'Noam Notation' for Readable Modeling Code

This post goes over what people on ML Twitter refer to as the ‘Noam Notation’, (eponymously named after Noam Shazeer, of the Transformer, MoE, Multihead Attention, etc. fame). Noam himself calls the same thing ‘Shape Suffixes’ (more detail in his post here).

Let’s jump into it.

Consider a JAX (or PyTorch, etc.) tensor named inputs. The name itself doesn’t tell you much. If you enable strict typing, Python will force you to specify that it is a JAX Array in the following manner: inputs: jax.Array when passing it as an argument, or as -> jax.Array when returning it from a function.

Now, how about if the the tensor was named inputs_BLD, (when combined with typing inputs_BLD: jax.Array) where the BLD part additionally tells you that:

There are three dimensions.
The first is B (batch), second is L (length, or sequence), and the third and final one is D (or model).

Now if the convention is strictly followed, the code should pass the following check:

assert inputs.shape == (batch_size, seq_len, d_model)

Where batch_size, seq_len, and d_model are your batch size, sequence length, and model dimension, respectively. Again, if your code strictly follows the notation, you would not need to actually perform the assertion.

Assuming that this invariant holds for all tensors in your code, you can easily tell that the following code is guaranteed to compile:

query_BLHK = jnp.einsum('BLD,DHK->BLHK', inputs_BLD, w_q_DHK)

Here we do a matrix multiply between the inputs_BLD and the w_q_DHK tensors. H here stands for the number of heads, and K stands for the per-head embedding dimension. The exact meaning of those characters should either be easy to guess, or established somewhere in the code or documentation.

Regardless, it is easy to see that the two tensors in the above snippet should be compatible for matrix multiplication in that order, and the output tensor should be of shape [B, H, K]. That’s a lot of useful information!

Now imagine if we suddenly turn off the notation. This is how the above snippet would look:

query = jnp.einsum('BLD,DHK->BLHK', inputs, w_q)

Eww. Right? It’s like we stripped a lot of useful information.

The readability benefits of this notation quickly compounds, especially in a large codebase. For example, see the NanoDO framework’s implementation of Causal Attention and other building blocks of the Transformer model. NanoDO uses the character x as a separator between dimensions (so inputs_BLD becomes inputs_BxLxD), but the motivation remains the same. Although one benefit of using a separator could be that you can use multiple characters to denote a dimension, since without a separator you are limited to 26 dimensions.

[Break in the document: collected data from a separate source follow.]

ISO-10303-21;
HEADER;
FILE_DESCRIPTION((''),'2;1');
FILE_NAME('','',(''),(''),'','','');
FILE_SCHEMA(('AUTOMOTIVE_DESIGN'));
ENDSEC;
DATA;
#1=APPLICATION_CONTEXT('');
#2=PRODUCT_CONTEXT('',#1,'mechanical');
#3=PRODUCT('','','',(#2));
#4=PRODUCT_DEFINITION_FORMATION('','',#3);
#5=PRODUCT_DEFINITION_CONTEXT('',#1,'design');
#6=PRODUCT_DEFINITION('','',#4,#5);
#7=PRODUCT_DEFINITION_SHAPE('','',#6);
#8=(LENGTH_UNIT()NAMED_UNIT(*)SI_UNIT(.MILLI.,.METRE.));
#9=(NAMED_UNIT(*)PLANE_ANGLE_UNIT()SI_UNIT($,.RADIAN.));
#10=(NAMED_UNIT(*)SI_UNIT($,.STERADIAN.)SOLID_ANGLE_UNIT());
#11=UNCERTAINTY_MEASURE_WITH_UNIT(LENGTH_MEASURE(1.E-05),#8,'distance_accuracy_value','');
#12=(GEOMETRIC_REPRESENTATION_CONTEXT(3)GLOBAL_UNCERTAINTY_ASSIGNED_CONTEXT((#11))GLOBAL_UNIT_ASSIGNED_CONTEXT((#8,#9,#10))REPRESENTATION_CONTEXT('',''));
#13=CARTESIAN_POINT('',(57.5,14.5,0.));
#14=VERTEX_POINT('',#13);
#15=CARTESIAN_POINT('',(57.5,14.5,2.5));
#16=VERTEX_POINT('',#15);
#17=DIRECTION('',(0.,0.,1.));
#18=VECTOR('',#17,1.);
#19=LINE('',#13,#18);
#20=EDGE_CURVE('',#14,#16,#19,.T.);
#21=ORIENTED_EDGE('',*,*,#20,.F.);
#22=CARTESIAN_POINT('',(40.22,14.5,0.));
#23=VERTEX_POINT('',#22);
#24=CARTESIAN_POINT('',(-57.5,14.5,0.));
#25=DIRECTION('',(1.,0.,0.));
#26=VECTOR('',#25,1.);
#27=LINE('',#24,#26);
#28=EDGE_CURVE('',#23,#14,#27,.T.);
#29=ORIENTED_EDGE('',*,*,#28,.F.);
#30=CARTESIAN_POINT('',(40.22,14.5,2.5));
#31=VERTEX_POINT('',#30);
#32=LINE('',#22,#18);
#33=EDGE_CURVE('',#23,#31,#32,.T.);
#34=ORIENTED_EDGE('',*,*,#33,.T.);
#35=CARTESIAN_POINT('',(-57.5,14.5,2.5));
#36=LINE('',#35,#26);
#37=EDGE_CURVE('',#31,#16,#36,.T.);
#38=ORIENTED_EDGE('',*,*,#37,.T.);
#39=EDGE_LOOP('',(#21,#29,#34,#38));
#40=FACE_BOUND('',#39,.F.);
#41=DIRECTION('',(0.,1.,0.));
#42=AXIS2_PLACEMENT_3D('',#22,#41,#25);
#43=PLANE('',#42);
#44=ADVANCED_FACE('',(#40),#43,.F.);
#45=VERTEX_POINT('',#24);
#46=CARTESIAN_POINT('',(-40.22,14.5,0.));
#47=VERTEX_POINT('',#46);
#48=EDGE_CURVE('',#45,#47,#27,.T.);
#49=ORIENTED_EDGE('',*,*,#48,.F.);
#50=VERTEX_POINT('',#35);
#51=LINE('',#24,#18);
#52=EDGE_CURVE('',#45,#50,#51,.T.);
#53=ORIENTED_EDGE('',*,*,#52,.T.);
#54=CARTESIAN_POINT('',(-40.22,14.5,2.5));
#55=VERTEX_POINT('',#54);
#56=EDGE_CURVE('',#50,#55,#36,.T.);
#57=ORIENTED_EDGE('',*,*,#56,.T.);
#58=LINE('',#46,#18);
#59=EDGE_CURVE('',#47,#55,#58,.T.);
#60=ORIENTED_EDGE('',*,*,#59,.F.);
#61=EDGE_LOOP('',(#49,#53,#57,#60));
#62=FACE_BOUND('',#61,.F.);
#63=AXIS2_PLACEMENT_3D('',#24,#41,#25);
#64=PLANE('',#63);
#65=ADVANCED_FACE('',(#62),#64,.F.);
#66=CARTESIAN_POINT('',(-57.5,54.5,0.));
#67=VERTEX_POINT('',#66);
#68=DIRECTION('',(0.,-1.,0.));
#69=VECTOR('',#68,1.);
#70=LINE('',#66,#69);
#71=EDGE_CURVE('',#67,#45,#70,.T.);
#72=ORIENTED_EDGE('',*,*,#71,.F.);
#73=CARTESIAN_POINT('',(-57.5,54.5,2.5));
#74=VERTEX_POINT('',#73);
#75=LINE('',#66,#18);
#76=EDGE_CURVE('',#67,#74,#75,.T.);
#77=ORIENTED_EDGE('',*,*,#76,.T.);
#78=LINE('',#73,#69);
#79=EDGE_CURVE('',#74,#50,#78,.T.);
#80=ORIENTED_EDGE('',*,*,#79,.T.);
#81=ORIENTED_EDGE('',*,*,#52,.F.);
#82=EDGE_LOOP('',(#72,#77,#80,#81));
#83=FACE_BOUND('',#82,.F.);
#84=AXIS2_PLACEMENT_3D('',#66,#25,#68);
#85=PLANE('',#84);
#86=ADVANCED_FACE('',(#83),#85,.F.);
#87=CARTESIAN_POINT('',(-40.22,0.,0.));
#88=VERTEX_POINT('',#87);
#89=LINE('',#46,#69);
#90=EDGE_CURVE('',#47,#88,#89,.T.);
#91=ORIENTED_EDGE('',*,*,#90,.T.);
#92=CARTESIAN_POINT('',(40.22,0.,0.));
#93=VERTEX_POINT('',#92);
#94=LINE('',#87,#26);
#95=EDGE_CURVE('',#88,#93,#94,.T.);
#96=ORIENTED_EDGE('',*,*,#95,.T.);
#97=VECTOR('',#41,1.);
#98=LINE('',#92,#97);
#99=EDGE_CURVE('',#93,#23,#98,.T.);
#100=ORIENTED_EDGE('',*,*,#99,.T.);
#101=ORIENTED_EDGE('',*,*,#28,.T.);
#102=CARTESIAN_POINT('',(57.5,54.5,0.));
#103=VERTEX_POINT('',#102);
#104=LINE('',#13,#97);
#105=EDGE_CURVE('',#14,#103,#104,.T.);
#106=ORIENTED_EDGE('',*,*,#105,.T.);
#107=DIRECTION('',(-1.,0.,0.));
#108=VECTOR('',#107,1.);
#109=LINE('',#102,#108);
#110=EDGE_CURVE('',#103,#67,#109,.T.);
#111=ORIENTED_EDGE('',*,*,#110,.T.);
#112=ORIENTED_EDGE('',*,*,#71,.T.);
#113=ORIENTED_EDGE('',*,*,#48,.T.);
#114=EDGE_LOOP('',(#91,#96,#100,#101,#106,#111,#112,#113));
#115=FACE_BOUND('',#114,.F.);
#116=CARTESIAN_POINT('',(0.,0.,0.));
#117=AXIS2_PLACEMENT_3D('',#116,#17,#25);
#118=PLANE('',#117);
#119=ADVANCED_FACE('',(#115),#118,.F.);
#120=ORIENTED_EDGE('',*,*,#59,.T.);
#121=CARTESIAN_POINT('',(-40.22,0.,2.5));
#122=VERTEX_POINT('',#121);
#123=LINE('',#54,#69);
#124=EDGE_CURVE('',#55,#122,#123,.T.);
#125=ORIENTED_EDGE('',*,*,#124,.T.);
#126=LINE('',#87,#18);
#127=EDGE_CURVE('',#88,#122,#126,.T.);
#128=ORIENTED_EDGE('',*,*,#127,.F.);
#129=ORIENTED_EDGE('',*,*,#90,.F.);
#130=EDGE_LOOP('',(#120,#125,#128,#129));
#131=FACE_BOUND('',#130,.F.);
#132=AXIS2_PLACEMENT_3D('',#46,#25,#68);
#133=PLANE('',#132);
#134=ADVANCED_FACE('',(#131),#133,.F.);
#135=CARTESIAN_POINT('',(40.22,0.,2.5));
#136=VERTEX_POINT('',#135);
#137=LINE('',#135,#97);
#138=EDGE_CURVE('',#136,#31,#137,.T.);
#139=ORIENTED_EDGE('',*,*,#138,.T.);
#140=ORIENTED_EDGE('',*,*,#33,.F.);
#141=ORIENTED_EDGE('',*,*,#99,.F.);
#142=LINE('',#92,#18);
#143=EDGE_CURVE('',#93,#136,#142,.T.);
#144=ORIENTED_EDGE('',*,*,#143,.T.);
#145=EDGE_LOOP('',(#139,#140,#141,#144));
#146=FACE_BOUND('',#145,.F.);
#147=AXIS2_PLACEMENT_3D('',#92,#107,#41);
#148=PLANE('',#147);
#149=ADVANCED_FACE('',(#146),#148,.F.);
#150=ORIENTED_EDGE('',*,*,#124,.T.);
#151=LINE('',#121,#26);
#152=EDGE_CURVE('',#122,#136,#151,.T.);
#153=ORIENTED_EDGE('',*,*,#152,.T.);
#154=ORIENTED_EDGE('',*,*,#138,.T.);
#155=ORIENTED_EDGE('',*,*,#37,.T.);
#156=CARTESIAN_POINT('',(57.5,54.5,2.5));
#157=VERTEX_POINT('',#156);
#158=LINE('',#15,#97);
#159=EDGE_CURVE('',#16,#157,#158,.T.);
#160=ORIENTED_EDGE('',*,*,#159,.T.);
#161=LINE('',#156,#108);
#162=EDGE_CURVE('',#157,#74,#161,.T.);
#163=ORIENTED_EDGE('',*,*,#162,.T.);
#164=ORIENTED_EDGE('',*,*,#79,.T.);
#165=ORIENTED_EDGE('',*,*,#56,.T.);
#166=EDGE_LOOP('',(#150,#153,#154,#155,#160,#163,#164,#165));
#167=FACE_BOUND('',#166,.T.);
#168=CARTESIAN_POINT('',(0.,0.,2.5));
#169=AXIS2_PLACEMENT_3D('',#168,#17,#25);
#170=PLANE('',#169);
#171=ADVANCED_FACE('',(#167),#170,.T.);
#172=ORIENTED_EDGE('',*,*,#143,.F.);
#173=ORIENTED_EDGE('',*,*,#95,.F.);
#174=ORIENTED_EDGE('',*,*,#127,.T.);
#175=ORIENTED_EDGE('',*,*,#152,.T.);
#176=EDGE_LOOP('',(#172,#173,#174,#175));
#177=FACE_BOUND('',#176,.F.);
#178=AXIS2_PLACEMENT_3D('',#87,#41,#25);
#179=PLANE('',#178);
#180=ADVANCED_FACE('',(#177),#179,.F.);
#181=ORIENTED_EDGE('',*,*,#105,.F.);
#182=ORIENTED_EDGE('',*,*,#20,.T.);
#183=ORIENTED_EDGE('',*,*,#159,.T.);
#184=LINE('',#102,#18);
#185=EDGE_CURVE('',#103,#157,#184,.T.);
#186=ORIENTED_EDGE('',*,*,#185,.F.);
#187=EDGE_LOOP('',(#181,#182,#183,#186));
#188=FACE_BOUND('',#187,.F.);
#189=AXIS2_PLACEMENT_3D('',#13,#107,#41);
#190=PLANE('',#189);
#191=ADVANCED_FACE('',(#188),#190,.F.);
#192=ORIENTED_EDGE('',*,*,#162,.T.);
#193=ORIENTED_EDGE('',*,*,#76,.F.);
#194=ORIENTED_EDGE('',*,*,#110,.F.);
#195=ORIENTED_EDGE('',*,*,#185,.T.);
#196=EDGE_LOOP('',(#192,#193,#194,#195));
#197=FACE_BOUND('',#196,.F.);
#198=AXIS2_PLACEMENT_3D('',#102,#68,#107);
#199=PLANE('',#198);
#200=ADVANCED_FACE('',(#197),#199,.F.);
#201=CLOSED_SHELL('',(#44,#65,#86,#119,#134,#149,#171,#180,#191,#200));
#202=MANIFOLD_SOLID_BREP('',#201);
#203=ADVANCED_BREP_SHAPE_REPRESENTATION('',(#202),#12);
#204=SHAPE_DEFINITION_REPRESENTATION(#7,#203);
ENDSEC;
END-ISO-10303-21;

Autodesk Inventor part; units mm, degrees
ref_plane "YZ Plane" through (0, 0, 0) normal (1, 0, 0) x (0, 1, 0)
ref_plane "XZ Plane" through (0, 0, 0) normal (0, 1, 0) x (-1, 0, 0)
ref_plane "XY Plane" through (0, 0, 0) normal (0, 0, 1) x (1, 0, 0)
sketch "スケッチ1" plane through (0, 0, 0) normal (0, 0, 1) x (1, 0, 0)
  line L0 (-40.22, 0) -> (40.22, 0)
  line L1 (40.22, 0) -> (40.22, 14.5)
  line L2 (40.22, 14.5) -> (-40.22, 14.5)
  line L3 (-40.22, 14.5) -> (-40.22, 0)
  line L4 (-57.5, 14.5) -> (57.5, 14.5)
  line L5 (57.5, 14.5) -> (57.5, 54.5)
  line L6 (57.5, 54.5) -> (-57.5, 54.5)
  line L7 (-57.5, 54.5) -> (-57.5, 14.5)
  point P0 (0, 0)
  point P1 (0, 0)
  point P2 (0, 14.5)
  dimension "d0" = 80.44
  dimension "d1" = 14.5
  dimension "d2" = 115
  dimension "d3" = 40
extrude "押し出し1" add sketch "スケッチ1" along normal blind 2.5
properties part number "wall" material "木材 (カエデ材)"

To summarize, a non-exhaustive list of what Noam Notation allows you to do is as follows:

Infer the semantics of a particular tensor just by reading its name.
Avoid compilation bugs.
Avoid silent bugs that do something unintentional such as broadcasting.

The last one gives me the chills. It’s much better to use this notation than be sorry after wasting hours / days debugging why your model doesn’t train that well. Give Noam Notation a try the next time you are writing something from scratch.

Let me know how you feel about this idea, or if you have your own neat ways of writing and organizing AI / ML related code.